SEGUNDO.-   LÍBRESE por Secretaría General la comunicación prevista en el artículo 36 del   Decreto 2591 de 1991.    

Notifíquese, comuníquese, publíquese en la   Gaceta de la Corte Constitucional y cúmplase.    

MAURICIO GONZÁLEZ CUERVO    

Magistrado    

LUIS GUILLERMO GUERRERO PÉREZ      GABRIEL   E. MENDOZA MARTELO    

     Magistrado                                                                Magistrado    

ANDRES MUTIS VANEGAS    

Secretario General    

[1] Acción de tutela presentada el   21 de abril de 2014, por el   señor Raúl Ernesto Amaya Verjel como apoderado de la ciudadana Julia Eufemia Ojeda Jaimes contra Colpensiones y AFP Protección. (Folios 1 al 13 del   cuaderno No. 1).     

[2] Respuesta de AFP Protección (Folio 32 y 38 del cuaderno No. 1).    

[3] Sentencia de instancia. (Folios 63 al 68 del cuaderno No. 1.).    

[4] En Auto del   veintidós (22) de agosto de 2014 de la Sala de Selección de tutela No. 8 de la   Corte Constitucional, dispuso la revisión del expediente T- 4.460.295 y procedió   a su reparto.    

[5] Poder otorgado por la señora Julia Eufemia Ojeda Jaime al abogado   Raúl Ernesto Amaya Verjel el día dos (2) de abril de 2014 (Folio 26 del   cuaderno No. 1).    

[6]  Constitución Política, Artículo 86 “toda persona   tendrá acción de tutela para reclamar ante los jueces, en todo momento y lugar,   mediante un procedimiento preferente y sumario, por sí misma o por quien actúe a   su nombre, la protección inmediata de sus derechos constitucionales   fundamentales, cuando quiera que éstos resulten vulnerados o amenazados por la   acción o la omisión de cualquier autoridad pública”.    

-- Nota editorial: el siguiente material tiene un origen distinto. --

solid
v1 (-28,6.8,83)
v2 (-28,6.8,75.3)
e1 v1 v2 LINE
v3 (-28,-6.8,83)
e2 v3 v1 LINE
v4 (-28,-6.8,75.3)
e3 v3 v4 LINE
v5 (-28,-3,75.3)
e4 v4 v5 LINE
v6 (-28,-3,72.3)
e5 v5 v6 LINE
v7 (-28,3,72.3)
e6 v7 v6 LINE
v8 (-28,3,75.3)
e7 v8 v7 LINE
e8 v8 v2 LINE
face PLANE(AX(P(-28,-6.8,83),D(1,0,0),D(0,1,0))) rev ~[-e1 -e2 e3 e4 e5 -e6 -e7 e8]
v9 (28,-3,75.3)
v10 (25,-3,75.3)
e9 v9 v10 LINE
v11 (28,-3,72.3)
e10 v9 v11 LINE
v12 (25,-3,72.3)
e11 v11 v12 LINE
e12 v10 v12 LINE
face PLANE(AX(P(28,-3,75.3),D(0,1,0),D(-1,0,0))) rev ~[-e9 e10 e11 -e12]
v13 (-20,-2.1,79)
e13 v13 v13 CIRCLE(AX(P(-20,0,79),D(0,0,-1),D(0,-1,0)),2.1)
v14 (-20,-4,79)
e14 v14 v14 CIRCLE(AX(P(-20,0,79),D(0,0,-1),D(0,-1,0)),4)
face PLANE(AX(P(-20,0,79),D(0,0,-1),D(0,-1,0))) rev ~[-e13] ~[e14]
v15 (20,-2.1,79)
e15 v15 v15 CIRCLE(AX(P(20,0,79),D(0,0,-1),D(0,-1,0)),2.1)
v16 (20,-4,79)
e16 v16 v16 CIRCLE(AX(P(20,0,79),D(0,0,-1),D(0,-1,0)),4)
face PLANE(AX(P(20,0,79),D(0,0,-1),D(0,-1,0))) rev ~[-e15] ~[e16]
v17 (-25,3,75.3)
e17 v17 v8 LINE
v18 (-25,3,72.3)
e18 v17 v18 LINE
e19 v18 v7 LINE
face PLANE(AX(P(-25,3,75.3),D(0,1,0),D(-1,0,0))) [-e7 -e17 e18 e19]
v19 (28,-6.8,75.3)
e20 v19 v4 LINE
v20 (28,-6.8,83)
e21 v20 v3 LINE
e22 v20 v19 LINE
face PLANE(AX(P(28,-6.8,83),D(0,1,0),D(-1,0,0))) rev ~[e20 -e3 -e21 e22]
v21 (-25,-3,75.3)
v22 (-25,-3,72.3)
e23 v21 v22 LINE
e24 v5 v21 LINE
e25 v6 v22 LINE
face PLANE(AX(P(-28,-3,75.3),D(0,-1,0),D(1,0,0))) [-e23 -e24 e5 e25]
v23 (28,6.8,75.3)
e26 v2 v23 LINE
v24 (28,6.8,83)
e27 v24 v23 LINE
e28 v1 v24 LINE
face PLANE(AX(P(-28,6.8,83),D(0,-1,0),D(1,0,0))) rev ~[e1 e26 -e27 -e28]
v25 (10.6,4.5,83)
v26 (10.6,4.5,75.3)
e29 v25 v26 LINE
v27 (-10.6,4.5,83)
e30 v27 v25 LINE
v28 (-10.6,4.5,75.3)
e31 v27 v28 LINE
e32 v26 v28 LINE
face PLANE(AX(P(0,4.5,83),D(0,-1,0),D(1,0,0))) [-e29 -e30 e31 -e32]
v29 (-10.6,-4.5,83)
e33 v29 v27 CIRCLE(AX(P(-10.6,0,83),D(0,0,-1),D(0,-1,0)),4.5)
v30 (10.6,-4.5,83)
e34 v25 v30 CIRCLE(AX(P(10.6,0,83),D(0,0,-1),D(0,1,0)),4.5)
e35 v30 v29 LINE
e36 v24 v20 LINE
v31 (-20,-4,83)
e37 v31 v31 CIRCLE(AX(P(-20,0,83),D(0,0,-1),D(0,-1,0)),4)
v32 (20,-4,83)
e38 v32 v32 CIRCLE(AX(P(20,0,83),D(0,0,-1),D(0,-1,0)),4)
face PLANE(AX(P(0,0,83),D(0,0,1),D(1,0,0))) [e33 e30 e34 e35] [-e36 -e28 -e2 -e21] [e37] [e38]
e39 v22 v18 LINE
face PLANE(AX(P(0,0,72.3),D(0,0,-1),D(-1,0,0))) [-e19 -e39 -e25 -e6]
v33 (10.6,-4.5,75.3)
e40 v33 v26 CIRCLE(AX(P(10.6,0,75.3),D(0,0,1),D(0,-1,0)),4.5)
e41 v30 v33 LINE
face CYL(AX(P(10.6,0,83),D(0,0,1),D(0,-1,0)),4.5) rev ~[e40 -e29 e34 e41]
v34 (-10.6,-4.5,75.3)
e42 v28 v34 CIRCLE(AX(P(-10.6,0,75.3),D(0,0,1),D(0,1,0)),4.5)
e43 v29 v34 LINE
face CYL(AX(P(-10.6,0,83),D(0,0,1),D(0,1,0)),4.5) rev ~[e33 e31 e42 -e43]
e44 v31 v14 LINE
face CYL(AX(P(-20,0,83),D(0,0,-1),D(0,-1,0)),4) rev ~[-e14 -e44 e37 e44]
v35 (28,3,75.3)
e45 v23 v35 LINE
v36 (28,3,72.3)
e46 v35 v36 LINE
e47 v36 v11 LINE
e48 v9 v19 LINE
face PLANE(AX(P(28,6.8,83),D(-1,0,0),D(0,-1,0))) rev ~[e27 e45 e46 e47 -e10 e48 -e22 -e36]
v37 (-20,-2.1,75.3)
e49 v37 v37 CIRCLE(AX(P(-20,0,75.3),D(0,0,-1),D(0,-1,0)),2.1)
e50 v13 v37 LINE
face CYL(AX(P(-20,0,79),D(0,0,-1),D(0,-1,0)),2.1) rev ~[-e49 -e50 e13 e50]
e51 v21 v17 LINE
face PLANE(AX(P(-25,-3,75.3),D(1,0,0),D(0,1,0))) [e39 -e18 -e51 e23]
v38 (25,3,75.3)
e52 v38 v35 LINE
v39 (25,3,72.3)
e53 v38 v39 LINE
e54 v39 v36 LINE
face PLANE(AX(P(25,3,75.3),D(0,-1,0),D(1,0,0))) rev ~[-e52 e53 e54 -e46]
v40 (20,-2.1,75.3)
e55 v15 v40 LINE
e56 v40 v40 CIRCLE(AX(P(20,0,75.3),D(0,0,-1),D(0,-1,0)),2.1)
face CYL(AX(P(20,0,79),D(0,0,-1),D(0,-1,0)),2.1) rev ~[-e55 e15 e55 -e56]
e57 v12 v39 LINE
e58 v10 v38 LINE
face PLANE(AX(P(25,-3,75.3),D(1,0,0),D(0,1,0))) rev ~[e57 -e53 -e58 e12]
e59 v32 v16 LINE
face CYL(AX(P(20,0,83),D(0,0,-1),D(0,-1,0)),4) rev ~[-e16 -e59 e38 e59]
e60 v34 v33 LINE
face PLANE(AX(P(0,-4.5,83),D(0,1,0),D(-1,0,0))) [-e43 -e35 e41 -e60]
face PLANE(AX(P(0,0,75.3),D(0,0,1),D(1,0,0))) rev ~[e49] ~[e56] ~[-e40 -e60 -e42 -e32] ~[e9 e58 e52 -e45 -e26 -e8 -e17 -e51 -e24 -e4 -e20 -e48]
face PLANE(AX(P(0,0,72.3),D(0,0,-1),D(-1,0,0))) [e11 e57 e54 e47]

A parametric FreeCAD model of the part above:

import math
import FreeCAD as App
import Part
import Sketcher


def add_polygon(sketch, points):
    """Adds a closed chain of lines whose ends are joined by coincident constraints."""
    first, n = sketch.GeometryCount, len(points)
    for a, b in zip(points, points[1:] + points[:1]):
        sketch.addGeometry(Part.LineSegment(App.Vector(*a, 0), App.Vector(*b, 0)), False)
    for i in range(n):
        sketch.addConstraint(Sketcher.Constraint("Coincident", first + i, 2, first + (i + 1) % n, 1))

doc = App.newDocument("Part")
params = doc.addObject("Spreadsheet::Sheet", "Params")
for row, (alias, value) in enumerate([
    ("sketch1_radius", "4.5 mm"),
    ("sketch1_width", "56 mm"),
    ("sketch1_height", "13.6 mm"),
    ("sketch1_width2", "21.2 mm"),
    ("pad1_length", "7.7 mm"),
    ("sketch2_diameter", "4.2 mm"),
    ("hole_diameter", "4.2 mm"),
    ("hole_depth", "7.7 mm"),
    ("hole_cbore_diameter", "8 mm"),
    ("hole_cbore_depth", "4 mm"),
    ("sketch3_width", "3 mm"),
    ("sketch3_height", "6 mm"),
    ("pad2_length", "3 mm"),
], start=1):
    params.set(f"A{row}", alias)
    params.set(f"B{row}", "=" + value)
    params.setAlias(f"B{row}", alias)

body = doc.addObject("PartDesign::Body", "Body")

sketch1 = body.newObject("Sketcher::SketchObject", "Sketch")
sketch1.AttachmentSupport = (doc.getObject("XY_Plane"), [""])
sketch1.MapMode = "FlatFace"
sketch1.AttachmentOffset = App.Placement(App.Vector(0, 0, 83), App.Rotation())
add_polygon(sketch1, [(28, 6.8), (-28, 6.8), (-28, -6.8), (28, -6.8)])
sketch1.addGeometry(Part.ArcOfCircle(Part.Circle(App.Vector(-10.6, 0, 0), App.Vector(0, 0, 1), 4.5), math.radians(90), math.radians(270)), False)
sketch1.addGeometry(Part.LineSegment(App.Vector(-10.6, 4.5, 0), App.Vector(10.6, 4.5, 0)), False)
sketch1.addGeometry(Part.ArcOfCircle(Part.Circle(App.Vector(10.6, 0, 0), App.Vector(0, 0, 1), 4.5), math.radians(-90), math.radians(90)), False)
sketch1.addGeometry(Part.LineSegment(App.Vector(10.6, -4.5, 0), App.Vector(-10.6, -4.5, 0)), False)
sketch1.addConstraint([
    Sketcher.Constraint("Tangent", 4, 1, 5, 1),
    Sketcher.Constraint("Tangent", 5, 2, 6, 2),
    Sketcher.Constraint("Tangent", 6, 1, 7, 1),
    Sketcher.Constraint("Tangent", 7, 2, 4, 2),
    Sketcher.Constraint("Horizontal", 0),
    Sketcher.Constraint("Vertical", 1),
    Sketcher.Constraint("Horizontal", 2),
    Sketcher.Constraint("Vertical", 3),
    Sketcher.Constraint("Horizontal", 5),
    Sketcher.Constraint("Horizontal", 7),
    Sketcher.Constraint("Symmetric", 4, 3, 6, 3, -1, 1),
    Sketcher.Constraint("Symmetric", 0, 2, 2, 2, -1, 1),
    Sketcher.Constraint("Radius", 4, 4.5),
    Sketcher.Constraint("DistanceX", 0, 2, 0, 1, 56.0),
    Sketcher.Constraint("DistanceY", 1, 2, 1, 1, 13.6),
    Sketcher.Constraint("DistanceX", 5, 1, 5, 2, 21.2),
])
sketch1.setExpression("Constraints[16]", "Params.sketch1_radius")
sketch1.setExpression("Constraints[17]", "Params.sketch1_width")
sketch1.setExpression("Constraints[18]", "Params.sketch1_height")
sketch1.setExpression("Constraints[19]", "Params.sketch1_width2")
pad1 = body.newObject("PartDesign::Pad", "Pad")
pad1.Profile = sketch1
pad1.setExpression("Length", "Params.pad1_length")
pad1.Reversed = True

sketch2 = body.newObject("Sketcher::SketchObject", "Sketch001")
sketch2.AttachmentSupport = (doc.getObject("XY_Plane"), [""])
sketch2.MapMode = "FlatFace"
sketch2.AttachmentOffset = App.Placement(App.Vector(0, 0, 83), App.Rotation())
sketch2.addGeometry([
    Part.Circle(App.Vector(20, 0, 0), App.Vector(0, 0, 1), 2.1),
    Part.Circle(App.Vector(-20, 0, 0), App.Vector(0, 0, 1), 2.1),
], False)
sketch2.addConstraint([
    Sketcher.Constraint("Equal", 0, 1),
    Sketcher.Constraint("Symmetric", 0, 3, 1, 3, -1, 1),
    Sketcher.Constraint("PointOnObject", 0, 3, -1),
    Sketcher.Constraint("Diameter", 0, 4.2),
    Sketcher.Constraint("DistanceX", -1, 1, 0, 3, 20.0),
])
sketch2.setExpression("Constraints[3]", "Params.sketch2_diameter")
doc.recompute()
hole = body.newObject("PartDesign::Hole", "Hole")
hole.Profile = sketch2
hole.ThreadType = "None"
hole.setExpression("Diameter", "Params.hole_diameter")
hole.DepthType = "Dimension"
hole.setExpression("Depth", "Params.hole_depth")
hole.DrillPoint = "Flat"
hole.HoleCutType = "Counterbore"
hole.setExpression("HoleCutDiameter", "Params.hole_cbore_diameter")
hole.setExpression("HoleCutDepth", "Params.hole_cbore_depth")

sketch3 = body.newObject("Sketcher::SketchObject", "Sketch002")
sketch3.AttachmentSupport = (doc.getObject("XY_Plane"), [""])
sketch3.MapMode = "FlatFace"
sketch3.AttachmentOffset = App.Placement(App.Vector(0, 0, 75.3), App.Rotation())
add_polygon(sketch3, [(-25, -3), (-28, -3), (-28, 3), (-25, 3)])
add_polygon(sketch3, [(28, 3), (28, -3), (25, -3), (25, 3)])
sketch3.addConstraint([
    Sketcher.Constraint("Horizontal", 0),
    Sketcher.Constraint("Vertical", 1),
    Sketcher.Constraint("Horizontal", 2),
    Sketcher.Constraint("Vertical", 3),
    Sketcher.Constraint("Vertical", 4),
    Sketcher.Constraint("Horizontal", 5),
    Sketcher.Constraint("Vertical", 6),
    Sketcher.Constraint("Horizontal", 7),
    Sketcher.Constraint("Symmetric", 1, 2, 4, 2, -1, 1),
    Sketcher.Constraint("Symmetric", 3, 2, 6, 2, -1, 1),
    Sketcher.Constraint("Horizontal", 3, 2, 4, 2),
    Sketcher.Constraint("DistanceX", 0, 2, 0, 1, 3.0),
    Sketcher.Constraint("DistanceY", 1, 1, 1, 2, 6.0),
    Sketcher.Constraint("DistanceX", 0, 2, -1, 1, 28.0),
])
sketch3.setExpression("Constraints[19]", "Params.sketch3_width")
sketch3.setExpression("Constraints[20]", "Params.sketch3_height")
pad2 = body.newObject("PartDesign::Pad", "Pad001")
pad2.Profile = sketch3
pad2.setExpression("Length", "Params.pad2_length")
pad2.Reversed = True

doc.recompute()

[7]  Constitución Política de Colombia, Artículo 86.    

[8] Acción de tutela  presentada el 21 de abril de 2014. (Folio 1 a   13 del cuaderno No. 1)    

[9] Sentencia T-185 de 2007.    

[10]Ley 1276 de 2009, artículo 1.    

[11] Sentencias T-475 de 2012, T-145 de 2012, T-865 de 2013, T-180 de   2013, T-403 de 2014 y T-018 de 2014.    

[12] Ley 1276 de 2009, enunciado artículo 7.    

[13] www.dane.gov.co    

[14] Cédula de ciudadanía (Folio 14 del cuaderno No. 1).